One of the more difficult things to teach and describe is heel edge form. Here's the best I've heard: Be in a position like you are seated in a chair and there is a cute girl four chairs down. You are stretching your shoulders and head over the back of the chair to check her out.

Note that neither of these forms on either edge is farking hunched over.


----------



## glenn (May 13, 2009)

hojo said:


> Keep shoulders parallel to fall line.


This is junk. Keep your shoulder roughly parallel to your board.



> Flex into turn initiation/Extend for turn transition


This is helpful sometimes and less helpful other times. The best rider will be able to extend/flex at any point through the turn.
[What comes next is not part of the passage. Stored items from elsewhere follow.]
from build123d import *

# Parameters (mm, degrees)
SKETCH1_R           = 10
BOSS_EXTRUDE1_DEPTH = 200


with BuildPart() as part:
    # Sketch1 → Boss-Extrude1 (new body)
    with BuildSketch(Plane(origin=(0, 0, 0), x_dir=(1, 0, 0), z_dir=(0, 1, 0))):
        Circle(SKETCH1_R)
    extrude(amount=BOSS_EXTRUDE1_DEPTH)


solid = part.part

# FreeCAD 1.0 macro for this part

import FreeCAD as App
import Part
import Sketcher
from FreeCAD import Vector
Q = App.Units.Quantity

doc = App.newDocument("Part")
params = doc.addObject("Spreadsheet::Sheet", "Params")
for row, (alias, value) in enumerate([
    ("sketch1_diameter", "20 mm"),
    ("pad1_length", "200 mm"),
], start=1):
    params.set(f"A{row}", alias)
    params.set(f"B{row}", "=" + value)
    params.setAlias(f"B{row}", alias)

body = doc.addObject("PartDesign::Body", "Body")

sketch1 = doc.addObject("Sketcher::SketchObject", "Sketch")
body.addObject(sketch1)
sketch1.AttachmentSupport = (doc.XZ_Plane, [""])
sketch1.MapMode = "FlatFace"
sketch1.addGeometry(Part.Circle(Vector(0, 0, 0), Vector(0, 0, 1), 10), False)
sketch1.addConstraint([
    Sketcher.Constraint("Coincident", 0, 3, -1, 1),
    Sketcher.Constraint("Diameter", 0, Q("20 mm")),
])
sketch1.setExpression("Constraints[1]", "Params.sketch1_diameter")
pad1 = doc.addObject("PartDesign::Pad", "Pad")
body.addObject(pad1)
pad1.Profile = sketch1
pad1.setExpression("Length", "Params.pad1_length")
pad1.Reversed = True

doc.recompute()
This is how you ride over terrain, not just flat groomers.


----------



## Jensjustduckie (Jun 29, 2007)

BmfnL said:


> Some beginner/intermediate advice on form:
> 
> Don't hunch over!!!! Toe edge becomes really enjoyable only when you arch the back and stick your pelvis over the toe edge. Pretend a giant fan blade is going to cut your ass off. Drop them knees in there, feel the binding straps transfer the power to the board.
> 
> ...


Yes!! This is how I learned to board, toeside my instructor said we needed to imitate Wayne from Waynes World doing a Schwing!! 

Also for women learning remember your "cowgirl" pose - ladies naturally stand knee's together but you need to open up your knee's to control and turn the board.


----------



## deepsouthpaddler (Apr 14, 2004)

Front forearm held up in front of your face when busting through tight trees can be a face saver!
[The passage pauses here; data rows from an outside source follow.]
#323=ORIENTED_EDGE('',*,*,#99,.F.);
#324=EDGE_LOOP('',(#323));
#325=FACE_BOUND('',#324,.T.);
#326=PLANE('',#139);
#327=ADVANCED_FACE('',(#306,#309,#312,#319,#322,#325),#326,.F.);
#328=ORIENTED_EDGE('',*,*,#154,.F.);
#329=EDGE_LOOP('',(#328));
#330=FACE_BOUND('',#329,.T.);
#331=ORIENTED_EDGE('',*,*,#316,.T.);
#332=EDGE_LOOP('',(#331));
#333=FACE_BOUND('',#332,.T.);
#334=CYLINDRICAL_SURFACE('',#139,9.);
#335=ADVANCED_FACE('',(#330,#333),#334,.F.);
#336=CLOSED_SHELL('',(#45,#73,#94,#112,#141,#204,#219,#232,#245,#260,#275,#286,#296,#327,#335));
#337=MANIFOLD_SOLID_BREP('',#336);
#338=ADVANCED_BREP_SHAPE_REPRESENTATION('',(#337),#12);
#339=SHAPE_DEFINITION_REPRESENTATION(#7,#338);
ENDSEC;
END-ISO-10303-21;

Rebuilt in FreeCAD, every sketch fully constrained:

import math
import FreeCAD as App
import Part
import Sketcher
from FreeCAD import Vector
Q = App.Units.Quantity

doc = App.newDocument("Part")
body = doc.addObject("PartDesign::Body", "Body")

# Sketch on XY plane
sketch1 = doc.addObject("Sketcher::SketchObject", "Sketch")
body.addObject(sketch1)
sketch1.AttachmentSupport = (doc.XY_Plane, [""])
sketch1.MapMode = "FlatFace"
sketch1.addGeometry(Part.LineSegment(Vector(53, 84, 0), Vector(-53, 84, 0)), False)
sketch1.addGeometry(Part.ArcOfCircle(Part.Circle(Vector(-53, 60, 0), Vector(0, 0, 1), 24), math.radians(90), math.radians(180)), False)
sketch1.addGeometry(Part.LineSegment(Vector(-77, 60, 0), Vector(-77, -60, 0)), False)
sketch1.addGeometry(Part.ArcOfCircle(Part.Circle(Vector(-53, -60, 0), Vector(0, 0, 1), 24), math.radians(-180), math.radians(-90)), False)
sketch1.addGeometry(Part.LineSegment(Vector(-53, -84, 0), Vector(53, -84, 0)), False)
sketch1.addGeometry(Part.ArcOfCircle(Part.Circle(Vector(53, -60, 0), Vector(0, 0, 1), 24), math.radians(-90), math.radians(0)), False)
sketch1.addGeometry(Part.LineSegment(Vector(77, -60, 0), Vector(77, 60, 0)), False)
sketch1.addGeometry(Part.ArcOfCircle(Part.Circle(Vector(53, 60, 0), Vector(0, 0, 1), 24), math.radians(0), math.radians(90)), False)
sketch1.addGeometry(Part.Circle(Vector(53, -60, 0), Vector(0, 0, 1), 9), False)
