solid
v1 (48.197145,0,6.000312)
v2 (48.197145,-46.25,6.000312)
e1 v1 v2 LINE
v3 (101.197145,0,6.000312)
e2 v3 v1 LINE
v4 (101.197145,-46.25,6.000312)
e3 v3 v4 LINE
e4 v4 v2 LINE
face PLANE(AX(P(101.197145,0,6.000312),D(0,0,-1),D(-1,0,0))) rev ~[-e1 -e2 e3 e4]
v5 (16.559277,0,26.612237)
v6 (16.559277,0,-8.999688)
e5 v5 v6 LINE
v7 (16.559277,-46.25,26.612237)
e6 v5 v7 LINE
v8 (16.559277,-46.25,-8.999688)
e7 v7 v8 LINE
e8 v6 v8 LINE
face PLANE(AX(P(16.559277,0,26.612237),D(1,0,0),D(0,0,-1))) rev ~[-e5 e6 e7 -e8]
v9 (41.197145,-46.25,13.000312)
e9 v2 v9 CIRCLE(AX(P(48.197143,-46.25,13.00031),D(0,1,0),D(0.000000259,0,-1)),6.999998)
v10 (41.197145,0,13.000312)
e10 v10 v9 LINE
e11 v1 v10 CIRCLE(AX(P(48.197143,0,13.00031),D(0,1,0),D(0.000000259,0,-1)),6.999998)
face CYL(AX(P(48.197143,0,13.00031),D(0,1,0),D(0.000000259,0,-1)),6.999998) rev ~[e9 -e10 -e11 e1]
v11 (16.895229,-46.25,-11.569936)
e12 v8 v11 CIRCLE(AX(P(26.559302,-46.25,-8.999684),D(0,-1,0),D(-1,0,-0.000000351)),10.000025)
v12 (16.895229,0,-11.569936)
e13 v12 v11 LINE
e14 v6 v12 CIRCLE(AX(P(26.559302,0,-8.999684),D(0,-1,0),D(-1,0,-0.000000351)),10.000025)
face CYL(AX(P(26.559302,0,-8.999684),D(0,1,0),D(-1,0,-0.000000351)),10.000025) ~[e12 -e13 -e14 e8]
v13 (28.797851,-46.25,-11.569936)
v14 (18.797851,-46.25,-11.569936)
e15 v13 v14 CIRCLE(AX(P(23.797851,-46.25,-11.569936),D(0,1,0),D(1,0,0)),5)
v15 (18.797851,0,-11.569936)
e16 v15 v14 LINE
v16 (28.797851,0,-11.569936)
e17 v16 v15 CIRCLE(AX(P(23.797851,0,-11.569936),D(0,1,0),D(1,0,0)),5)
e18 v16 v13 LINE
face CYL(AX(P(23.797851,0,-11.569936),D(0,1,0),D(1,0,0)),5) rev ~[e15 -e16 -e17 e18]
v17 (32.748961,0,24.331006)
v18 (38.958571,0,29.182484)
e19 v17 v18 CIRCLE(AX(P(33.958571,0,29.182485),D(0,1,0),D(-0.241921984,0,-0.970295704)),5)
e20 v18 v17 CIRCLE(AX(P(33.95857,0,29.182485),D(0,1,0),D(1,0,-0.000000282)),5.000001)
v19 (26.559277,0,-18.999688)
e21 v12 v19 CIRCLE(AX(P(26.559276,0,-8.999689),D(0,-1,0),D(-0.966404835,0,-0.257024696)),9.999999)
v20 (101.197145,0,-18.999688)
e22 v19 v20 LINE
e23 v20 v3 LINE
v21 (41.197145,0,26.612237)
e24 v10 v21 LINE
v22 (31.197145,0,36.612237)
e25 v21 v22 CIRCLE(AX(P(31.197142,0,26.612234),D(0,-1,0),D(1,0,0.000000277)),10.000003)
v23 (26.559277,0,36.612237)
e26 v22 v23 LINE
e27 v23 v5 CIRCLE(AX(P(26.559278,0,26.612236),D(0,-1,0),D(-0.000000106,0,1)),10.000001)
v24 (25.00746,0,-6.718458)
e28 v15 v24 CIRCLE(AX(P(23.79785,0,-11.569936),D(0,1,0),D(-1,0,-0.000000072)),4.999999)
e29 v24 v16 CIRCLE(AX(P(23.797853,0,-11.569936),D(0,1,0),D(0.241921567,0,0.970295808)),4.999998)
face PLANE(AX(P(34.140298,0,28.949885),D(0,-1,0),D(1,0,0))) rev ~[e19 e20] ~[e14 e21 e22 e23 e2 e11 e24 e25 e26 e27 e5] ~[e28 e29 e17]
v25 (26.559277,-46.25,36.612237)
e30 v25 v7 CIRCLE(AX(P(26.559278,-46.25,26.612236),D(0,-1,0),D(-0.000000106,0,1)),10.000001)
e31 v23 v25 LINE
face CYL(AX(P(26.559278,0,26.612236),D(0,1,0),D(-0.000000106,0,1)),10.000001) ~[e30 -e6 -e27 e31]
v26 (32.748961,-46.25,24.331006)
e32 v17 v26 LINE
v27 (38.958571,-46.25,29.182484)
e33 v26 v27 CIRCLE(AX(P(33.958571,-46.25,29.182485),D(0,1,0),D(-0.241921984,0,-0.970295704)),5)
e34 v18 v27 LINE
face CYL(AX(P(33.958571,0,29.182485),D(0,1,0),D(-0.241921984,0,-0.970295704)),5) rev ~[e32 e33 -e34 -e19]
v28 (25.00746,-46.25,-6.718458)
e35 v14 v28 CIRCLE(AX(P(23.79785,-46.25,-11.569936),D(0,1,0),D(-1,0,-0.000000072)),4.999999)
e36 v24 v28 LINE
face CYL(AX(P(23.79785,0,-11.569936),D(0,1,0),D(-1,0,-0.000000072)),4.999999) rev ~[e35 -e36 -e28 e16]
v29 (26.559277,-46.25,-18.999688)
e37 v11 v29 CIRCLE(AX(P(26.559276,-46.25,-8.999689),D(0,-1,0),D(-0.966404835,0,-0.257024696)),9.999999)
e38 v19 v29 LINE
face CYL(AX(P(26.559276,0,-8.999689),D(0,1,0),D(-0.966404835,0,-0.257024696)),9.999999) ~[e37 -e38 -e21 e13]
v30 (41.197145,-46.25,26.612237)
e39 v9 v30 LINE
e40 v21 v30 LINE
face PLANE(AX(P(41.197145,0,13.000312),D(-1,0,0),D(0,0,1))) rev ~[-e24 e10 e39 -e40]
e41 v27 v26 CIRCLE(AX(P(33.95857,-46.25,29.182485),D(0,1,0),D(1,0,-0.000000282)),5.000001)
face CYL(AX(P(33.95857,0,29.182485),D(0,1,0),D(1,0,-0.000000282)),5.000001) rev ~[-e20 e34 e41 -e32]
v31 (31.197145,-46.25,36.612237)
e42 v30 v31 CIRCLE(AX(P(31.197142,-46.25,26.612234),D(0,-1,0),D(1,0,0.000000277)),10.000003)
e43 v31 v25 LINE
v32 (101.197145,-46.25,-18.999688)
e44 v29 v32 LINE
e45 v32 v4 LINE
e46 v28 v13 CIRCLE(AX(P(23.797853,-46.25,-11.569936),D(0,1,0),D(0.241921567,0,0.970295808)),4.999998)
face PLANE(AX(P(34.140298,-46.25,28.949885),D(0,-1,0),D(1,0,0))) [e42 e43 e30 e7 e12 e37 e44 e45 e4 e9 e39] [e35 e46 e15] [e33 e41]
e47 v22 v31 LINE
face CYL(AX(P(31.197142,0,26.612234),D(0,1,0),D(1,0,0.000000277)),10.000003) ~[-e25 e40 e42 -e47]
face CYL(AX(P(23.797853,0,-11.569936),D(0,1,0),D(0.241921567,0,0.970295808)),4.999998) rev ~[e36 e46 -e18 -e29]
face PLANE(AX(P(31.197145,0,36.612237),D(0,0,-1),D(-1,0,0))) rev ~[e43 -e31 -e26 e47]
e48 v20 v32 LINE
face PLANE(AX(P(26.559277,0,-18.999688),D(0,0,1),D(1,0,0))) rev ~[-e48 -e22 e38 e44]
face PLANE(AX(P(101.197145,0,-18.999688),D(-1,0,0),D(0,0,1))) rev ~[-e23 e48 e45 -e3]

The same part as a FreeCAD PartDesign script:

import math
import FreeCAD as App
import Part
import Sketcher
from FreeCAD import Vector
Q = App.Units.Quantity

doc = App.newDocument("Part")
params = doc.addObject("Spreadsheet::Sheet", "Params")
for row, (alias, value) in enumerate([
    ("sketch1_radius", "9.999999 mm"),
    ("sketch1_radius2", "6.999998 mm"),
    ("sketch1_radius3", "10.000001 mm"),
    ("sketch1_radius4", "4.999998 mm"),
    ("sketch1_radius5", "4.999999 mm"),
    ("pad1_length", "46.25 mm"),
], start=1):
    params.set(f"A{row}", alias)
    params.set(f"B{row}", "=" + value)
    params.setAlias(f"B{row}", alias)

body = doc.addObject("PartDesign::Body", "Body")

# Sketch on XZ plane
sketch1 = body.newObject("Sketcher::SketchObject", "Sketch")
sketch1.AttachmentSupport = (doc.getObject("XZ_Plane"), [""])
sketch1.MapMode = "FlatFace"
sketch1.addGeometry(Part.ArcOfCircle(Part.Circle(Vector(26.559302, -8.999684, 0), Vector(0, 0, 1), 10.000025), math.radians(-179.99998), math.radians(-165.10642)), False)
sketch1.addGeometry(Part.ArcOfCircle(Part.Circle(Vector(26.559276, -8.999689, 0), Vector(0, 0, 1), 9.999999), math.radians(-165.106409), math.radians(-89.999994)), False)
sketch1.addGeometry(Part.LineSegment(Vector(26.559277, -18.999688, 0), Vector(101.197145, -18.999688, 0)), False)
sketch1.addGeometry(Part.LineSegment(Vector(101.197145, -18.999688, 0), Vector(101.197145, 6.000312, 0)), False)
sketch1.addGeometry(Part.LineSegment(Vector(101.197145, 6.000312, 0), Vector(48.197145, 6.000312, 0)), False)
sketch1.addGeometry(Part.ArcOfCircle(Part.Circle(Vector(48.197143, 13.00031, 0), Vector(0, 0, 1), 6.999998), math.radians(179.999985), math.radians(270.000015)), False)
sketch1.addGeometry(Part.LineSegment(Vector(41.197145, 13.000312, 0), Vector(41.197145, 26.612237, 0)), False)
sketch1.addGeometry(Part.ArcOfCircle(Part.Circle(Vector(31.197142, 26.612234, 0), Vector(0, 0, 1), 10.000003), math.radians(0.000016), math.radians(89.999984)), False)
sketch1.addGeometry(Part.LineSegment(Vector(31.197145, 36.612237, 0), Vector(26.559277, 36.612237, 0)), False)
sketch1.addGeometry(Part.ArcOfCircle(Part.Circle(Vector(26.559278, 26.612236, 0), Vector(0, 0, 1), 10.000001), math.radians(90.000006), math.radians(179.999994)), False)
sketch1.addGeometry(Part.LineSegment(Vector(16.559277, 26.612237, 0), Vector(16.559277, -8.999688, 0)), False)
sketch1.addGeometry(Part.ArcOfCircle(Part.Circle(Vector(23.797853, -11.569936, 0), Vector(0, 0, 1), 4.999998), math.radians(-0.000005), math.radians(76.000019)), False)
sketch1.addGeometry(Part.ArcOfCircle(Part.Circle(Vector(23.797851, -11.569936, 0), Vector(0, 0, 1), 5), math.radians(180), math.radians(360)), False)
sketch1.addGeometry(Part.ArcOfCircle(Part.Circle(Vector(23.79785, -11.569936, 0), Vector(0, 0, 1), 4.999999), math.radians(75.999993), math.radians(180.000004)), False)
sketch1.addGeometry(Part.ArcOfCircle(Part.Circle(Vector(33.958571, 29.182485, 0), Vector(0, 0, 1), 5), math.radians(-0.000007), math.radians(255.999995)), False)
sketch1.addGeometry(Part.ArcOfCircle(Part.Circle(Vector(33.95857, 29.182485, 0), Vector(0, 0, 1), 5.000001), math.radians(-103.999996), math.radians(-0.000016)), False)
sketch1.addConstraint(Sketcher.Constraint("Coincident", 0, 2, 1, 1))
sketch1.addConstraint(Sketcher.Constraint("Coincident", 1, 2, 2, 1))
sketch1.addConstraint(Sketcher.Constraint("Coincident", 2, 2, 3, 1))
sketch1.addConstraint(Sketcher.Constraint("Coincident", 3, 2, 4, 1))
sketch1.addConstraint(Sketcher.Constraint("Coincident", 4, 2, 5, 2))
sketch1.addConstraint(Sketcher.Constraint("Coincident", 5, 1, 6, 1))
sketch1.addConstraint(Sketcher.Constraint("Coincident", 6, 2, 7, 1))
sketch1.addConstraint(Sketcher.Constraint("Coincident", 7, 2, 8, 1))
sketch1.addConstraint(Sketcher.Constraint("Coincident", 8, 2, 9, 1))
sketch1.addConstraint(Sketcher.Constraint("Coincident", 9, 2, 10, 1))
sketch1.addConstraint(Sketcher.Constraint("Coincident", 10, 2, 0, 1))
sketch1.addConstraint(Sketcher.Constraint("Coincident", 11, 1, 12, 2))
sketch1.addConstraint(Sketcher.Constraint("Coincident", 12, 1, 13, 2))
sketch1.addConstraint(Sketcher.Constraint("Coincident", 13, 1, 11, 2))
sketch1.addConstraint(Sketcher.Constraint("Coincident", 14, 1, 15, 2))
sketch1.addConstraint(Sketcher.Constraint("Coincident", 15, 1, 14, 2))
sketch1.addConstraint(Sketcher.Constraint("Horizontal", 2))
sketch1.addConstraint(Sketcher.Constraint("Vertical", 3))
sketch1.addConstraint(Sketcher.Constraint("Horizontal", 4))
sketch1.addConstraint(Sketcher.Constraint("Vertical", 6))
sketch1.addConstraint(Sketcher.Constraint("Horizontal", 8))
sketch1.addConstraint(Sketcher.Constraint("Vertical", 10))
sketch1.addConstraint(Sketcher.Constraint("Coincident", 12, 3, 11, 3))
sketch1.addConstraint(Sketcher.Constraint("Radius", 1, Q("9.999999 mm")))
sketch1.addConstraint(Sketcher.Constraint("Radius", 5, Q("6.999998 mm")))
sketch1.addConstraint(Sketcher.Constraint("Radius", 9, Q("10.000001 mm")))
sketch1.addConstraint(Sketcher.Constraint("Radius", 11, Q("4.999998 mm")))
sketch1.addConstraint(Sketcher.Constraint("Radius", 13, Q("4.999999 mm")))
sketch1.addConstraint(Sketcher.Constraint("Radius", 14, Q("5 mm")))
sketch1.addConstraint(Sketcher.Constraint("Radius", 15, Q("5.000001 mm")))
sketch1.addConstraint(Sketcher.Constraint("DistanceX", 4, 2, 4, 1, Q("53 mm")))
sketch1.addConstraint(Sketcher.Constraint("DistanceY", 3, 1, 3, 2, Q("25 mm")))
sketch1.addConstraint(Sketcher.Constraint("DistanceX", 7, 3, 5, 3, Q("17.000001 mm")))
sketch1.addConstraint(Sketcher.Constraint("DistanceX", 5, 3, 2, 2, Q("53.000002 mm")))
sketch1.addConstraint(Sketcher.Constraint("DistanceY", 4, 2, 5, 1, Q("7 mm")))
sketch1.addConstraint(Sketcher.Constraint("DistanceX", 7, 2, 6, 2, Q("10 mm")))
sketch1.addConstraint(Sketcher.Constraint("DistanceY", 6, 2, 7, 2, Q("10 mm")))
sketch1.addConstraint(Sketcher.Constraint("DistanceX", 9, 2, 8, 2, Q("10 mm")))
sketch1.addConstraint(Sketcher.Constraint("DistanceY", 9, 2, 8, 2, Q("10 mm")))
sketch1.addConstraint(Sketcher.Constraint("DistanceX", 10, 2, 1, 3, Q("9.999999 mm")))
sketch1.addConstraint(Sketcher.Constraint("Radius", 0, Q("10.000025 mm")))
sketch1.addConstraint(Sketcher.Constraint("DistanceX", -1, 1, 0, 3, Q("26.559302 mm")))
sketch1.addConstraint(Sketcher.Constraint("DistanceX", 2, 1, 2, 2, Q("74.637868 mm")))
sketch1.addConstraint(Sketcher.Constraint("DistanceX", 8, 2, 8, 1, Q("4.637868 mm")))
sketch1.addConstraint(Sketcher.Constraint("DistanceY", 6, 1, 6, 2, Q("13.611925 mm")))
sketch1.addConstraint(Sketcher.Constraint("DistanceY", 10, 2, 10, 1, Q("35.611925 mm")))
sketch1.addConstraint(Sketcher.Constraint("DistanceY", 1, 3, -1, 1, Q("8.999689 mm")))
sketch1.addConstraint(Sketcher.Constraint("DistanceX", -1, 1, 12, 3, Q("23.797851 mm")))
sketch1.addConstraint(Sketcher.Constraint("DistanceX", -1, 1, 14, 3, Q("33.958571 mm")))
sketch1.addConstraint(Sketcher.Constraint("DistanceX", -1, 1, 0, 2, Q("16.895229 mm")))
sketch1.addConstraint(Sketcher.Constraint("DistanceX", -1, 1, 13, 1, Q("25.00746 mm")))
sketch1.addConstraint(Sketcher.Constraint("DistanceY", 13, 1, -1, 1, Q("6.718458 mm")))
sketch1.addConstraint(Sketcher.Constraint("DistanceX", -1, 1, 15, 1, Q("32.748961 mm")))
sketch1.addConstraint(Sketcher.Constraint("DistanceY", 7, 3, 14, 3, Q("2.57025 mm")))
sketch1.addConstraint(Sketcher.Constraint("DistanceY", 11, 1, 0, 3, Q("2.570252 mm")))
sketch1.addConstraint(Sketcher.Constraint("DistanceY", 7, 3, 14, 1, Q("2.57025 mm")))
sketch1.addConstraint(Sketcher.Constraint("DistanceY", 12, 1, -1, 1, Q("11.569936 mm")))
sketch1.setExpression("Constraints[23]", "Params.sketch1_radius")
sketch1.setExpression("Constraints[24]", "Params.sketch1_radius2")
sketch1.setExpression("Constraints[25]", "Params.sketch1_radius3")
sketch1.setExpression("Constraints[26]", "Params.sketch1_radius4")
sketch1.setExpression("Constraints[27]", "Params.sketch1_radius5")
pad1 = body.newObject("PartDesign::Pad", "Pad")
pad1.Profile = sketch1
pad1.setExpression("Length", "Params.pad1_length")

doc.recompute()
Creeking is great for kayaking, but shitty for snowboarding. Avoid little snow covered drainages at all costs. 

Agree on a plan for what to do If you get separated BEFORE you get separated

Car time going snow boarding is a great time to plan next seasons boating trip


----------



## thayes (Aug 25, 2006)

Learn how to telemark.


----------



## chepora (Feb 6, 2008)

thayes said:


> Learn how to telemark.


or AT


----------



## Jahve (Oct 31, 2003)

thayes said:


> Learn how to telemark.


----------



## mommydevo (Jun 5, 2009)

I tried learning to telemark when my kids were learning to ski. I sucked at it and it wasn't very much fun. So I went back to snowboarding. Life is hard enough, my time on the mountain is precious, and now my kids are rippers and I can't keep up with them on skis anyway.


----------



## Jensjustduckie (Jun 29, 2007)

Not true RDNEK


----------



## mommydevo (Jun 5, 2009)

Jen that's awesome!


----------



## Jensjustduckie (Jun 29, 2007)

mommydevo said:


> Jen that's awesome!



 Thanks, I thought it was appropriate LOL


----------



## idahofloater (Feb 23, 2011)

I like to completely remove the high backs, no camber, go plateless, supper soft boots, wax for conditions, keep knees together, -5 +5 duck foot, and lastly "slow and low is the tempo" even when your going like a bat outa hell. boarding sence 1992..


----------



## idahofloater (Feb 23, 2011)

BarryDingle said:


> Check your landings.
> 
> Send it.


 Checking your landing is optional.

Sending it is required.


----------



## carvedog (May 11, 2005)

BmfnL said:


> Pretend a giant fan blade is going to cut your ass off.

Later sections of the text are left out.